Saved entries

______

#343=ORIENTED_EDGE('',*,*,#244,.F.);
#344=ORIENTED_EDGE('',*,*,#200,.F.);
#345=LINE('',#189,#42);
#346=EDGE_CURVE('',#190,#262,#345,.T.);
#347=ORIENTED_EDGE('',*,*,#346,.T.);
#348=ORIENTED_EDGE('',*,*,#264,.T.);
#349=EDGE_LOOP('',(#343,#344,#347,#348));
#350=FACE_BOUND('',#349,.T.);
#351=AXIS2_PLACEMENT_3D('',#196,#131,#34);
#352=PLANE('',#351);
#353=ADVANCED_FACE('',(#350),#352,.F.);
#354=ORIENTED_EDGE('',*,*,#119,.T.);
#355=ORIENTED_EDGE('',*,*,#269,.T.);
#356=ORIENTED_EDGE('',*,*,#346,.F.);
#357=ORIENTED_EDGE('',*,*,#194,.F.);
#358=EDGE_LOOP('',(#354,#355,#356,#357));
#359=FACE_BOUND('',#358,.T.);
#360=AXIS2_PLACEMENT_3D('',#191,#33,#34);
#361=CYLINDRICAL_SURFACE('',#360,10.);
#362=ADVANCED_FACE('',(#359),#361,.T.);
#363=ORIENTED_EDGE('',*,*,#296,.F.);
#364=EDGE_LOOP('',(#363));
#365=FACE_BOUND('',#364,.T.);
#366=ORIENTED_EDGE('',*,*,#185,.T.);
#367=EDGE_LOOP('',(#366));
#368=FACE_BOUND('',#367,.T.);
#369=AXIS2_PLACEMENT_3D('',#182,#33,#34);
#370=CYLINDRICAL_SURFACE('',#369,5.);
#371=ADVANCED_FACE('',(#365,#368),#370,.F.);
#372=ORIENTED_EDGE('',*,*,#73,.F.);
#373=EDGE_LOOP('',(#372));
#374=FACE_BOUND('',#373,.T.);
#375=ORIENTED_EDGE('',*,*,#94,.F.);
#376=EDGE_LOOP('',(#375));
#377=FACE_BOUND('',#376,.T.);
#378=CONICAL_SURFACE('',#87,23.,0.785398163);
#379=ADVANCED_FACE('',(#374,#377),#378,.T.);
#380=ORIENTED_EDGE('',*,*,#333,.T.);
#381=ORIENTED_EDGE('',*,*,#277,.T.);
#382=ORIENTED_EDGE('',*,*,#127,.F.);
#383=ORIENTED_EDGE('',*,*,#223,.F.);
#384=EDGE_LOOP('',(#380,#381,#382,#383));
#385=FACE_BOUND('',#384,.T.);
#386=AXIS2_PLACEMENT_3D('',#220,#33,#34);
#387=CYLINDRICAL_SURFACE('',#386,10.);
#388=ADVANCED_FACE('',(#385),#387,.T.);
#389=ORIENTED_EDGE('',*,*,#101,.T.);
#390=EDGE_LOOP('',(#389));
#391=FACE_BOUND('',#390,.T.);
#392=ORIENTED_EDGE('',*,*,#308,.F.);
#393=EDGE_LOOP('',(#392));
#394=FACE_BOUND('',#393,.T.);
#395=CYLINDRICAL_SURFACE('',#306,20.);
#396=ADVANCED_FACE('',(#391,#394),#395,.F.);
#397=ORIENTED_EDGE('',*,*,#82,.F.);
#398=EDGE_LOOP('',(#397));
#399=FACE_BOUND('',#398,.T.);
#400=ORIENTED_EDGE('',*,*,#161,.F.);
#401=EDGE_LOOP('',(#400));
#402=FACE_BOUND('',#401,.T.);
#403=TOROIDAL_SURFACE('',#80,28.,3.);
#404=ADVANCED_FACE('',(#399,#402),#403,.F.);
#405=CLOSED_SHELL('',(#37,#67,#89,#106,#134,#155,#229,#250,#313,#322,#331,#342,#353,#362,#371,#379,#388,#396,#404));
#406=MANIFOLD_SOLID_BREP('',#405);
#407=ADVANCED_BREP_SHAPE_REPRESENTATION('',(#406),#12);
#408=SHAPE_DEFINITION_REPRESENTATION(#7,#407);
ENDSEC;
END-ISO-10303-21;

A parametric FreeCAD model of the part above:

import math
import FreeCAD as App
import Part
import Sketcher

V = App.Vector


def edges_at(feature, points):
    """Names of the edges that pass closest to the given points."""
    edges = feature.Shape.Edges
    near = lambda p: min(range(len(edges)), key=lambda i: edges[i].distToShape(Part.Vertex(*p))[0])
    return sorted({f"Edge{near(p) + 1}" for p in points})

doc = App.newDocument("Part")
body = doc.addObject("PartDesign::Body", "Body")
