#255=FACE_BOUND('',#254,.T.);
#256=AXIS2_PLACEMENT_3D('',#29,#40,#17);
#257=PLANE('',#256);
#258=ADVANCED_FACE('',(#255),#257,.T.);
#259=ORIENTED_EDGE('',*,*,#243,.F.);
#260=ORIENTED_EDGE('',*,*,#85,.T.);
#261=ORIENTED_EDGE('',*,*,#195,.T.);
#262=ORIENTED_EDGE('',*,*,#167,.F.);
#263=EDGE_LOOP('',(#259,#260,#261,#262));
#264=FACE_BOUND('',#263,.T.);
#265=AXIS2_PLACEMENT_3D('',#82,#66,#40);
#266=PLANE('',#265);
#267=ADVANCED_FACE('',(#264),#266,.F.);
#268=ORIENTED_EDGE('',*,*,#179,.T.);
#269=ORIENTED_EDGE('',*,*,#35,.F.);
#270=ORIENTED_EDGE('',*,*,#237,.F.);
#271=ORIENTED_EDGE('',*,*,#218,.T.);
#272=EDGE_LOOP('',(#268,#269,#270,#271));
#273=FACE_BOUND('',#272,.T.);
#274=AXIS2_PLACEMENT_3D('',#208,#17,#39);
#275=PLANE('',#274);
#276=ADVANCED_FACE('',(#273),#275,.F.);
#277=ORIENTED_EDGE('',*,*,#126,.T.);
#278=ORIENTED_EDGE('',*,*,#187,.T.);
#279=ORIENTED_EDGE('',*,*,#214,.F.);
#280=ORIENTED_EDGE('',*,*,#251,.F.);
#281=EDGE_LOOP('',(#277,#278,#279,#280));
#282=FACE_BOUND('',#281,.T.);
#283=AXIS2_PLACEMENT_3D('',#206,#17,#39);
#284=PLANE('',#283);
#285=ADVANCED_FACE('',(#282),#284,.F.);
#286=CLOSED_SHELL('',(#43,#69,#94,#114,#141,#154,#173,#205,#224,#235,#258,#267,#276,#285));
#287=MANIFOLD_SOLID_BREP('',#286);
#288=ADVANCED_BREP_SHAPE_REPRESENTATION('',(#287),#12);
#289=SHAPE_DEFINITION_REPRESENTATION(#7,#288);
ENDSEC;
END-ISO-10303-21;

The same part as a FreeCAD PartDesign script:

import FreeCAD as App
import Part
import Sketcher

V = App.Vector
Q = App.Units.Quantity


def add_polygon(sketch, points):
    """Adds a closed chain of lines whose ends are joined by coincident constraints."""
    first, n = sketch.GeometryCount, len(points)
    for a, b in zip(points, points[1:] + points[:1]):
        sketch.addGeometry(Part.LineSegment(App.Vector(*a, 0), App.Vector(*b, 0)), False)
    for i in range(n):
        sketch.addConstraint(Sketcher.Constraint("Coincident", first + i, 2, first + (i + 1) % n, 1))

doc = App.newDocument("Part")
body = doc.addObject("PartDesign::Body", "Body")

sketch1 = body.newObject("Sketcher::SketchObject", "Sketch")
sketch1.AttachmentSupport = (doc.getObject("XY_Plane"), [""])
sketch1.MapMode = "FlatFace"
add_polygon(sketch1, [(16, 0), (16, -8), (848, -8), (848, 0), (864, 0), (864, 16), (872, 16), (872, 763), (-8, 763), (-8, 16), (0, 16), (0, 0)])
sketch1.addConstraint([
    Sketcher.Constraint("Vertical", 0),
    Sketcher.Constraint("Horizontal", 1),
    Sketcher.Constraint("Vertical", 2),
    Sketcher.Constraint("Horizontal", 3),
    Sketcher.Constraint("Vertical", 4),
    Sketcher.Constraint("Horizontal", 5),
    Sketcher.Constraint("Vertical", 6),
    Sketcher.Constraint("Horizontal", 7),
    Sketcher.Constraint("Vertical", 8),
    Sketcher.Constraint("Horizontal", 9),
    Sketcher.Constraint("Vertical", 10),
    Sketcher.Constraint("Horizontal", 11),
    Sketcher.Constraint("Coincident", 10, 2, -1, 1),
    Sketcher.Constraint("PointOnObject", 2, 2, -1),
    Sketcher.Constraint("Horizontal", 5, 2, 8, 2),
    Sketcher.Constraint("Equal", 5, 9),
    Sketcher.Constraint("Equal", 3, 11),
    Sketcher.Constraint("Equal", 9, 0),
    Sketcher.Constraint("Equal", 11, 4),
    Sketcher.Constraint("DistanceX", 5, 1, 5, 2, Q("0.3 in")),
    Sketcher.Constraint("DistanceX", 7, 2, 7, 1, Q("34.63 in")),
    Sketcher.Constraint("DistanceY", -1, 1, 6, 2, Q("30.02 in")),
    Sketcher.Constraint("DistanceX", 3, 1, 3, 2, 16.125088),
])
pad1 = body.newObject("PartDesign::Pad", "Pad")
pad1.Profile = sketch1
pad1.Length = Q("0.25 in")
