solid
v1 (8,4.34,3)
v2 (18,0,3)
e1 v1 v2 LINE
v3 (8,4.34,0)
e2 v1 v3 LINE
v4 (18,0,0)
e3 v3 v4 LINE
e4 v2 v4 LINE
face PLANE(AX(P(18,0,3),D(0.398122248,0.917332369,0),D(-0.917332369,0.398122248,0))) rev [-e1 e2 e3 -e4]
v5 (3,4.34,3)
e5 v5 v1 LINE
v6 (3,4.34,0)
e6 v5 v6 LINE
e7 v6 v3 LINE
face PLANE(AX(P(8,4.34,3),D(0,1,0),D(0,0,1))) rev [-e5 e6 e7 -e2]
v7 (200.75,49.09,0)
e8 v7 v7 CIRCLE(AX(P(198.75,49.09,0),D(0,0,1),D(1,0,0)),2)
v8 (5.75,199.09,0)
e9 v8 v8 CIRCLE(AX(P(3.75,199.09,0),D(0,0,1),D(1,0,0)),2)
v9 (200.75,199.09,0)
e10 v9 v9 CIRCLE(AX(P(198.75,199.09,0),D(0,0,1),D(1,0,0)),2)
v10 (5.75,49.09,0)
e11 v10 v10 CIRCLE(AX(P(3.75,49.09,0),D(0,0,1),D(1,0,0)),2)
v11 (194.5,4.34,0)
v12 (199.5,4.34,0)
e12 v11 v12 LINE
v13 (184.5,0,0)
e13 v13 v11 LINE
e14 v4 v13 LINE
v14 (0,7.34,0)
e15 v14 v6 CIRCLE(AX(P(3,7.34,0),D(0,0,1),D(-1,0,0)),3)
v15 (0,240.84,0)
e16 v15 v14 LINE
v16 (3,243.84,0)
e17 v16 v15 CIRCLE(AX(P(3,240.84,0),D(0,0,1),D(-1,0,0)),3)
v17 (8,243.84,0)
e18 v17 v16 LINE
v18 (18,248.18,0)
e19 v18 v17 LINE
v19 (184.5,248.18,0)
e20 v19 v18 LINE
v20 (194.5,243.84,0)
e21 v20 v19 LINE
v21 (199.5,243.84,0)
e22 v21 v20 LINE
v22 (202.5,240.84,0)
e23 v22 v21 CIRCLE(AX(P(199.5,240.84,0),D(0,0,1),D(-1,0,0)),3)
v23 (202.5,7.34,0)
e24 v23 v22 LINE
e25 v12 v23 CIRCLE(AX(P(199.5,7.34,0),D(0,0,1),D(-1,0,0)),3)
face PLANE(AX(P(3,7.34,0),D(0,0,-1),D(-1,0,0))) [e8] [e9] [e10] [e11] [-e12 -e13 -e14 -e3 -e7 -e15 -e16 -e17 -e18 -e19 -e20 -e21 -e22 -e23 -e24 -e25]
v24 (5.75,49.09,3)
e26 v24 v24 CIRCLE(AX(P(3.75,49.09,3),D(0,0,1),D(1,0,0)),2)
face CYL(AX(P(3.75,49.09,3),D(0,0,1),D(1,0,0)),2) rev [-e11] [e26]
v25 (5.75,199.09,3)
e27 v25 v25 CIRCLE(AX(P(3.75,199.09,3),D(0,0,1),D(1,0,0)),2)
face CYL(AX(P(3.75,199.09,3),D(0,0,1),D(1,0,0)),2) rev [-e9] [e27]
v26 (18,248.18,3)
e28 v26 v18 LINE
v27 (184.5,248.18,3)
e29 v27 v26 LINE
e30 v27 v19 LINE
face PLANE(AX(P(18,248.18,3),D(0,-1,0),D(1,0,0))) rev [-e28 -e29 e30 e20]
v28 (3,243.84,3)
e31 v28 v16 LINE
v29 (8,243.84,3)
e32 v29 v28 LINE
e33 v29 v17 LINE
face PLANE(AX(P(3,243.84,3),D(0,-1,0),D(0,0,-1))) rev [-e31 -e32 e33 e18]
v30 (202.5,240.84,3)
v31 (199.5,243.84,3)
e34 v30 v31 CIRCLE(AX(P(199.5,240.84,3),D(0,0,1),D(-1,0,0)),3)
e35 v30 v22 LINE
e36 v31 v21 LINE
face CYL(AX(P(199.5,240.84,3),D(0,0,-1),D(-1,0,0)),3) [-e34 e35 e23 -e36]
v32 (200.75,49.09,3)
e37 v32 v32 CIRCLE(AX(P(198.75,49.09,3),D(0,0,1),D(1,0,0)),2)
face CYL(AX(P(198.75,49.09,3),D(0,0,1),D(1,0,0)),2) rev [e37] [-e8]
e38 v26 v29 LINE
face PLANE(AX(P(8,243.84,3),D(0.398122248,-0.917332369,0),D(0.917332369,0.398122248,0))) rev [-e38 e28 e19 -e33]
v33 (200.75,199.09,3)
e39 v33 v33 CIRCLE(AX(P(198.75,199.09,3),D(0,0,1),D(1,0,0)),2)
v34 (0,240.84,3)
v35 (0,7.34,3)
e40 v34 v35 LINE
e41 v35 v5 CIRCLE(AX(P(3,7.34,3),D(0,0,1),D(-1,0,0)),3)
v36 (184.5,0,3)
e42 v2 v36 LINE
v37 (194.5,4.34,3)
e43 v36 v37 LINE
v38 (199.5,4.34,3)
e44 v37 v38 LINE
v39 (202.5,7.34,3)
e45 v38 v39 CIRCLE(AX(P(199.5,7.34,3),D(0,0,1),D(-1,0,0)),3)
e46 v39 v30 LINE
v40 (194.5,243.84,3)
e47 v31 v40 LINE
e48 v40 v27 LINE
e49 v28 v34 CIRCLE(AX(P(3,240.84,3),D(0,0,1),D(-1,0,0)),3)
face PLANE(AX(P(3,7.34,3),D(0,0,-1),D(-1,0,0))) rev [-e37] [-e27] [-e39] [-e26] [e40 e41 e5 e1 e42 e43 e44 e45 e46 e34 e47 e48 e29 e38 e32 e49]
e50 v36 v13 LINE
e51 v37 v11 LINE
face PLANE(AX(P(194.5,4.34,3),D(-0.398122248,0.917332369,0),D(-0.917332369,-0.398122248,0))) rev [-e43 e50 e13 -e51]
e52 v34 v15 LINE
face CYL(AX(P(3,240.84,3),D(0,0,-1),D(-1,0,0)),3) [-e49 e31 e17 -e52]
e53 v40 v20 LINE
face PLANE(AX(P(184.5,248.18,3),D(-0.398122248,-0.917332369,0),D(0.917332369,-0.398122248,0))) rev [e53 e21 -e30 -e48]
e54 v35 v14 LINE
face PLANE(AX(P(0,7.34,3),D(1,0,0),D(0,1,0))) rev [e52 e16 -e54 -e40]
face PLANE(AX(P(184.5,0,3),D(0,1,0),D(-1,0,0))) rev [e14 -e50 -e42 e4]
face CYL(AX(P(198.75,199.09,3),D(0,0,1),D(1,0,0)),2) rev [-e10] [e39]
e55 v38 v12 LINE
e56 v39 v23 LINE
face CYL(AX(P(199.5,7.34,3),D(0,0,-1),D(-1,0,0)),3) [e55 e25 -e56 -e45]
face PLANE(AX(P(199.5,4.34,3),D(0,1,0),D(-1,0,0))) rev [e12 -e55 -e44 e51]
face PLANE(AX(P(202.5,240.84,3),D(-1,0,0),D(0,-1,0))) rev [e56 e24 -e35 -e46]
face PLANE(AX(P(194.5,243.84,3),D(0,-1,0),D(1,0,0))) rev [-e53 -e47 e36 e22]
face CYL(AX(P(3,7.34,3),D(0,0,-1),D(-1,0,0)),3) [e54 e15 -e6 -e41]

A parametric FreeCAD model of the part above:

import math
import FreeCAD as App
import Part
import Sketcher

V = App.Vector

doc = App.newDocument("Part")
body = doc.addObject("PartDesign::Body", "Body")

# Sketch on XY plane
sketch1 = body.newObject("Sketcher::SketchObject", "Sketch")
sketch1.AttachmentSupport = (doc.getObject("XY_Plane"), [""])
sketch1.MapMode = "FlatFace"
sketch1.addGeometry([
    Part.LineSegment(V(0, 240.8, 0), V(0, 7.3, 0)),  # 0
    Part.ArcOfCircle(Part.Circle(V(3, 7.3, 0), V(0, 0, 1), 3), math.radians(180), math.radians(270)),  # 1
    Part.LineSegment(V(3, 4.3, 0), V(8, 4.3, 0)),  # 2
    Part.LineSegment(V(8, 4.3, 0), V(18, 0, 0)),  # 3
    Part.LineSegment(V(18, 0, 0), V(184.5, 0, 0)),  # 4
    Part.LineSegment(V(184.5, 0, 0), V(194.5, 4.3, 0)),  # 5
    Part.LineSegment(V(194.5, 4.3, 0), V(199.5, 4.3, 0)),  # 6
    Part.ArcOfCircle(Part.Circle(V(199.5, 7.3, 0), V(0, 0, 1), 3), math.radians(-90), math.radians(0)),  # 7
    Part.LineSegment(V(202.5, 7.3, 0), V(202.5, 240.8, 0)),  # 8
    Part.ArcOfCircle(Part.Circle(V(199.5, 240.8, 0), V(0, 0, 1), 3), math.radians(0), math.radians(90)),  # 9
    Part.LineSegment(V(199.5, 243.8, 0), V(194.5, 243.8, 0)),  # 10
    Part.LineSegment(V(194.5, 243.8, 0), V(184.5, 248.2, 0)),  # 11
    Part.LineSegment(V(184.5, 248.2, 0), V(18, 248.2, 0)),  # 12
    Part.LineSegment(V(18, 248.2, 0), V(8, 243.8, 0)),  # 13
    Part.LineSegment(V(8, 243.8, 0), V(3, 243.8, 0)),  # 14
    Part.ArcOfCircle(Part.Circle(V(3, 240.8, 0), V(0, 0, 1), 3), math.radians(90), math.radians(180)),  # 15
], False)
sketch1.addConstraint([
    Sketcher.Constraint("Tangent", 0, 2, 1, 1),
    Sketcher.Constraint("Tangent", 1, 2, 2, 1),
    Sketcher.Constraint("Coincident", 2, 2, 3, 1),
    Sketcher.Constraint("Coincident", 3, 2, 4, 1),
    Sketcher.Constraint("Coincident", 4, 2, 5, 1),
    Sketcher.Constraint("Coincident", 5, 2, 6, 1),
    Sketcher.Constraint("Tangent", 6, 2, 7, 1),
    Sketcher.Constraint("Tangent", 7, 2, 8, 1),
    Sketcher.Constraint("Tangent", 8, 2, 9, 1),
    Sketcher.Constraint("Tangent", 9, 2, 10, 1),
    Sketcher.Constraint("Coincident", 10, 2, 11, 1),
    Sketcher.Constraint("Coincident", 11, 2, 12, 1),
    Sketcher.Constraint("Coincident", 12, 2, 13, 1),
    Sketcher.Constraint("Coincident", 13, 2, 14, 1),
    Sketcher.Constraint("Tangent", 14, 2, 15, 1),
    Sketcher.Constraint("Tangent", 15, 2, 0, 1),
    Sketcher.Constraint("Vertical", 0),
    Sketcher.Constraint("Horizontal", 2),
    Sketcher.Constraint("Horizontal", 4),
    Sketcher.Constraint("Horizontal", 6),
    Sketcher.Constraint("Vertical", 8),
    Sketcher.Constraint("Horizontal", 10),
    Sketcher.Constraint("Horizontal", 12),
    Sketcher.Constraint("Horizontal", 14),
    Sketcher.Constraint("Equal", 1, 7),
    Sketcher.Constraint("Equal", 7, 9),
    Sketcher.Constraint("Equal", 9, 15),
    Sketcher.Constraint("PointOnObject", 0, 2, -2),
    Sketcher.Constraint("PointOnObject", 3, 2, -1),
    Sketcher.Constraint("Parallel", 3, 11),
    Sketcher.Constraint("Parallel", 5, 13),
    Sketcher.Constraint("Horizontal", 1, 3, 7, 3),
    Sketcher.Constraint("Horizontal", 9, 3, 15, 3),
    Sketcher.Constraint("Vertical", 5, 2, 10, 2),
    Sketcher.Constraint("Vertical", 4, 2, 11, 2),
    Sketcher.Constraint("Vertical", 3, 2, 12, 2),
    Sketcher.Constraint("Vertical", 2, 2, 13, 2),
    Sketcher.Constraint("Equal", 2, 6),
    Sketcher.Constraint("Radius", 1, 3.0),
    Sketcher.Constraint("DistanceX", 2, 1, 2, 2, 5.0),
    Sketcher.Constraint("DistanceX", 4, 1, 4, 2, 166.5),
    Sketcher.Constraint("DistanceY", 0, 2, 0, 1, 233.5),
    Sketcher.Constraint("DistanceX", -1, 1, 3, 2, 18.0),
    Sketcher.Constraint("DistanceY", -1, 1, 1, 3, 7.34),
])
pad1 = body.newObject("PartDesign::Pad", "Pad")
pad1.Profile = sketch1
pad1.Length = 3

# Sketch on XY plane
sketch2 = body.newObject("Sketcher::SketchObject", "Sketch001")
sketch2.AttachmentSupport = (doc.getObject("XY_Plane"), [""])
sketch2.MapMode = "FlatFace"
sketch2.AttachmentOffset = App.Placement(V(0, 0, 3), App.Rotation())
sketch2.addGeometry([
    Part.Circle(V(3.8, 199.1, 0), V(0, 0, 1), 2),
    Part.Circle(V(3.8, 49.1, 0), V(0, 0, 1), 2),
    Part.Circle(V(198.8, 49.1, 0), V(0, 0, 1), 2),
    Part.Circle(V(198.8, 199.1, 0), V(0, 0, 1), 2),
], False)
sketch2.addConstraint([
    Sketcher.Constraint("Equal", 0, 1),
    Sketcher.Constraint("Equal", 1, 2),
    Sketcher.Constraint("Equal", 2, 3),
    Sketcher.Constraint("Horizontal", 1, 3, 2, 3),
    Sketcher.Constraint("Horizontal", 0, 3, 3, 3),
    Sketcher.Constraint("Vertical", 0, 3, 1, 3),
    Sketcher.Constraint("Vertical", 2, 3, 3, 3),
    Sketcher.Constraint("Diameter", 0, 4.0),
    Sketcher.Constraint("DistanceY", 1, 3, 0, 3, 150.0),
    Sketcher.Constraint("DistanceX", 1, 3, 2, 3, 195.0),
    Sketcher.Constraint("DistanceX", -1, 1, 0, 3, 3.75),
    Sketcher.Constraint("DistanceY", -1, 1, 0, 3, 199.09),
])
doc.recompute()
hole = body.newObject("PartDesign::Hole", "Hole")
hole.Profile = sketch2
hole.ThreadType = "None"
hole.Diameter = 4
hole.DepthType = "ThroughAll"

doc.recompute()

______

Directions for this task:
Copy, exactly and only, the lines above that begin with the one containing "face CYL(AX(P(199.5,240.84,3),D(0,0,-1),D(-1,0,0)),3) [-e34" and finish with the one containing "face PLANE(AX(P(0,7.34,3),D(1,0,0),D(0,1,0))) rev".

Answer section:
face CYL(AX(P(199.5,240.84,3),D(0,0,-1),D(-1,0,0)),3) [-e34 e35 e23 -e36]
v32 (200.75,49.09,3)
e37 v32 v32 CIRCLE(AX(P(198.75,49.09,3),D(0,0,1),D(1,0,0)),2)
face CYL(AX(P(198.75,49.09,3),D(0,0,1),D(1,0,0)),2) rev [e37] [-e8]
e38 v26 v29 LINE
face PLANE(AX(P(8,243.84,3),D(0.398122248,-0.917332369,0),D(0.917332369,0.398122248,0))) rev [-e38 e28 e19 -e33]
v33 (200.75,199.09,3)
e39 v33 v33 CIRCLE(AX(P(198.75,199.09,3),D(0,0,1),D(1,0,0)),2)
v34 (0,240.84,3)
v35 (0,7.34,3)
e40 v34 v35 LINE
e41 v35 v5 CIRCLE(AX(P(3,7.34,3),D(0,0,1),D(-1,0,0)),3)
v36 (184.5,0,3)
e42 v2 v36 LINE
v37 (194.5,4.34,3)
e43 v36 v37 LINE
v38 (199.5,4.34,3)
e44 v37 v38 LINE
v39 (202.5,7.34,3)
e45 v38 v39 CIRCLE(AX(P(199.5,7.34,3),D(0,0,1),D(-1,0,0)),3)
e46 v39 v30 LINE
v40 (194.5,243.84,3)
e47 v31 v40 LINE
e48 v40 v27 LINE
e49 v28 v34 CIRCLE(AX(P(3,240.84,3),D(0,0,1),D(-1,0,0)),3)
face PLANE(AX(P(3,7.34,3),D(0,0,-1),D(-1,0,0))) rev [-e37] [-e27] [-e39] [-e26] [e40 e41 e5 e1 e42 e43 e44 e45 e46 e34 e47 e48 e29 e38 e32 e49]
e50 v36 v13 LINE
e51 v37 v11 LINE
face PLANE(AX(P(194.5,4.34,3),D(-0.398122248,0.917332369,0),D(-0.917332369,-0.398122248,0))) rev [-e43 e50 e13 -e51]
e52 v34 v15 LINE
face CYL(AX(P(3,240.84,3),D(0,0,-1),D(-1,0,0)),3) [-e49 e31 e17 -e52]
e53 v40 v20 LINE
face PLANE(AX(P(184.5,248.18,3),D(-0.398122248,-0.917332369,0),D(0.917332369,-0.398122248,0))) rev [e53 e21 -e30 -e48]
e54 v35 v14 LINE
face PLANE(AX(P(0,7.34,3),D(1,0,0),D(0,1,0))) rev [e52 e16 -e54 -e40]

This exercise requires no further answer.